Bit Happens

Let's begin at the end.

Why? Well, because all anybody wants to know these days, it seems, is where you stand on the Bitcoin phenomenon.

The virtual currency has spawned a whole new label to bestow upon people who have bought in: 'bitbug'. And whether you are a believer or more prone to pooh-pooh the hottest topic in global finance right now, people are happy to stick a nice, tidy label on you and move on.

Many think Bitcoin is a bubble the likes of which we haven't seen since US housing or NASDAQ stocks or even tulips, while others think it is the future. Certainly, the behaviour of Bitcoin this past week has given the advantage to the naysayers, but to dismiss the virtual currency out of hand is to miss the point entirely.

Personally, I think Bitcoin is much more than a carnival sideshow, as it has frequently been portrayed. For what it's worth, I happen to think Bitcoin is one of the most important things to happen to the world of finance (and, indeed, to the numerous worlds that orbit it — which is to say, pretty much all of them) in several decades.

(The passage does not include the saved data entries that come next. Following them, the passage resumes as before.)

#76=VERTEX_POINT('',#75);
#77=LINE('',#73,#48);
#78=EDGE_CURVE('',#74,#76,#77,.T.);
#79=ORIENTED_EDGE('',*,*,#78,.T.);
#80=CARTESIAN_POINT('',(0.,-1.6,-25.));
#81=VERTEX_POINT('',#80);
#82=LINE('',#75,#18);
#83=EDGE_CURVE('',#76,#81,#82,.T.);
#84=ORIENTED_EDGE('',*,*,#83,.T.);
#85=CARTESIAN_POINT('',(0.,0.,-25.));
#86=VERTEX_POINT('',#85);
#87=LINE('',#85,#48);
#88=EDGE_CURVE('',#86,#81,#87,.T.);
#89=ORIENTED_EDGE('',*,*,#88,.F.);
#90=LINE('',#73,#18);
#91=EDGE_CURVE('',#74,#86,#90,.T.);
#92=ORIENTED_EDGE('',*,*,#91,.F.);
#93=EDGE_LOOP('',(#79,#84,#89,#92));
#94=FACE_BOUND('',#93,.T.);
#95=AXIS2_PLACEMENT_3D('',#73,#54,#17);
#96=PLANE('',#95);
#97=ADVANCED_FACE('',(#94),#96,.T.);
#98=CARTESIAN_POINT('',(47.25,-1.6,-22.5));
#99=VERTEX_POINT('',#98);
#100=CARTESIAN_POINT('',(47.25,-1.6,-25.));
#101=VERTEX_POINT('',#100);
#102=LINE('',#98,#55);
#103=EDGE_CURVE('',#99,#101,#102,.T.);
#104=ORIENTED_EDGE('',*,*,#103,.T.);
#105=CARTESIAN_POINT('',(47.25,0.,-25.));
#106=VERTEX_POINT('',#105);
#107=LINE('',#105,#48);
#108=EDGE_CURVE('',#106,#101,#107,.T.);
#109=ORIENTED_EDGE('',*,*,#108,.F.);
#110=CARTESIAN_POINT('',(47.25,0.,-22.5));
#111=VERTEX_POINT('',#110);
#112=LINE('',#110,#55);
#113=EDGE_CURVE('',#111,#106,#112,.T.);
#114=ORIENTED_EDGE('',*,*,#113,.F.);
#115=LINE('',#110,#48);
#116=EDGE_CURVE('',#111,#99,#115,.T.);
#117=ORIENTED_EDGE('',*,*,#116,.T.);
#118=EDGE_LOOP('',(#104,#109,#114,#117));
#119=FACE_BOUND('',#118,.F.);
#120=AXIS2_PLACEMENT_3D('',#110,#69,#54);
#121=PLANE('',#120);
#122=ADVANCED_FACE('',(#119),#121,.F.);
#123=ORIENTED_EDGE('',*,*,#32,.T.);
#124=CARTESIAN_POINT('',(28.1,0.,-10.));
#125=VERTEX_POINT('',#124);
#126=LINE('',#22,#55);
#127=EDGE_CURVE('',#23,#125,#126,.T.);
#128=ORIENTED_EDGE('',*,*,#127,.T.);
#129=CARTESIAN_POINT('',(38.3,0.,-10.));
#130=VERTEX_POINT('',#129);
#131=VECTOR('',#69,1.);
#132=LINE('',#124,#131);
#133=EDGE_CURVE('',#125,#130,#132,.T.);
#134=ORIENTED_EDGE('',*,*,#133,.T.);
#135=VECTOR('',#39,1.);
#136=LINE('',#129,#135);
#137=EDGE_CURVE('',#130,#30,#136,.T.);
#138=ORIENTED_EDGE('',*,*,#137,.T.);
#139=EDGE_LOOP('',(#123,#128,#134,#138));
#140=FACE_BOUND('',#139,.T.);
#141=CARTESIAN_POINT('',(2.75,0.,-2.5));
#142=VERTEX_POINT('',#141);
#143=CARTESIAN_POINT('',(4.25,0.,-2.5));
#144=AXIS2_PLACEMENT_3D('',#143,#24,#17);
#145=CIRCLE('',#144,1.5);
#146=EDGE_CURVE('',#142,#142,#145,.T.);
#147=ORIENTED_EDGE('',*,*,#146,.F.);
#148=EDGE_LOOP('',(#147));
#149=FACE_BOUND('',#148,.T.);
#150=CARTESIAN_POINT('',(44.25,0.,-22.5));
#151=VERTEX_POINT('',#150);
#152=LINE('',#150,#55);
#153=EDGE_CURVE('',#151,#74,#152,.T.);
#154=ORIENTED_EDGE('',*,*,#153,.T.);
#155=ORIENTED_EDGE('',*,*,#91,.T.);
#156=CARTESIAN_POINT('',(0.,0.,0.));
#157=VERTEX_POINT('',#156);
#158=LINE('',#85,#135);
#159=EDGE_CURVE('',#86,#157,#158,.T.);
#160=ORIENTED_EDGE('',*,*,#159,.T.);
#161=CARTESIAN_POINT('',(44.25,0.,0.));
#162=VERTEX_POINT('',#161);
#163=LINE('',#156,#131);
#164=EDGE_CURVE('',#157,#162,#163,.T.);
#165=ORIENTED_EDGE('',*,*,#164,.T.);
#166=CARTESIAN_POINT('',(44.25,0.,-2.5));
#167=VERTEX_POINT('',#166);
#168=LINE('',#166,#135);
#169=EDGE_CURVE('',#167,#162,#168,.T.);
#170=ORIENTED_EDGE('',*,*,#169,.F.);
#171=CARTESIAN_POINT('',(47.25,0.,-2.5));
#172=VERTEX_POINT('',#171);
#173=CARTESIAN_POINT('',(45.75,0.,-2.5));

That being said, I think there are enormous problems with the virtual currency, which may well ultimately defeat it. However, now that the trend has started, if Bitcoin does crash and burn, something more robust will inevitably rise, phoenix-like, from the ashes.

Now you know my conclusion: you know where I stand on Bitcoin, and so those amongst you who think the whole thing is some kind of joke have just had fifteen minutes of your lives handed back to you, because you can stop reading, put me in the file labeled'bitbug', and get on with your day.

For those of you still with me — either out of mere curiosity or a burning belief in Bitcoin, let's go back to the beginning and see if we can make some kind of sense of this virtual phenomenon.

The history of Bitcoin has everything you could ever want from an underground cultural phenomenon, including a mysterious, shadowy figure at the heart of it, whose true identity remains a mystery.

In November of 2008, a man (or men, or women — nobody is quite sure) named Satoshi Nakamoto published a research paper outlining his ideas for a new digital currency.

All that was known about him was that he supposedly hailed from Japan and had an email address that originated in Germany.

However, though Nakamoto was (and remains) a mystery, his creation managed to solve a problem that had been causing cryptographers sleepless nights for years: the issue of double- spending.

(The Wire): If a digital dollar is just information, free from the corporeal strictures of paper and metal, what’s to prevent people from copying and pasting it as easily as a chunk of text, “spending” it as many times as they want? The conventional answer involved using a central clearinghouse to keep a real-time ledger of all transactions — ensuring that, if someone spends his last digital dollar, he can’t then spend it again. The ledger prevents fraud, but it also requires a trusted third party to administer it.

Bitcoin did away with the third party by publicly distributing the ledger, what Nakamoto called the “block chain.”

What does that mean to you and me? Well, The Economist takes up the story:

(Economist): For a new block to be deemed valid, some computer on the network must create a transaction log for it that dovetails with the previous blocks. To prevent acceptance of bogus logs, giving it a seal of approval has to be prohibitively costly to any individual user, but relatively cheap for the network as a whole. This is done by making it into a forced-work task, which involves using the valid blocks and the new transactions to generate a digest consisting of 256 bits (ie, any number between 0 and 2256). The task is complete when the system's algorithm spits out a hash value below a preset target. The target is set so that the puzzle is solved by someone on the network, and a new block approved, every 10 minutes. To keep this rate constant as the network's ranks swell and its combined computing power grows, the target is lowered in order to make generating a value below it harder. (Conversely, if the network were to shrink, it would get easier again.)

Part of the genius of this system lies in how difficult its complex structure makes it for anybody to cheat. Creating bogus 'blocks' requires the would-be counterfeiter to have control of over half the computing power of the entire Bitcoin system in order to outflank it and get his knock- off blocks validated in time. Yes, it's possible, but only theoretically rather than practically.

So there is the indisputable beauty of Bitcoin: it is the anti-fiat currency, completely decentralized and unable to be created at whim by thirsty central banks. It is also, of course, inherently deflationary — anathema to central bankers around the globe.

As it grew quietly amongst a small, tech-savvy internet fringe group, Bitcoin began to be used in real-world transactions (the first of which was a pizza, delivered in Florida but paid for in bitcoins through an English volunteer who accepted the coins and then called in the order from the other side of the pond). Prophetically, when Wikileaks suggested they might adopt the viral currency in 2010, the mysterious Nakamoto emerged from the shadows with these words:

The project needs to grow gradually so the software can be strengthened along the way. I make this appeal to Wikileaks not to try to use Bitcoin. Bitcoin is a small beta community in its infancy. You would not stand to get more than pocket change, and the heat you would bring would likely destroy us at this stage.

We will revisit Nakamoto's prophecy in a moment.

Shortly after he conveyed this message, Nakamoto sank back into the shadows once again, saying he had 'moved on to other things'; and he has not been heard from directly since.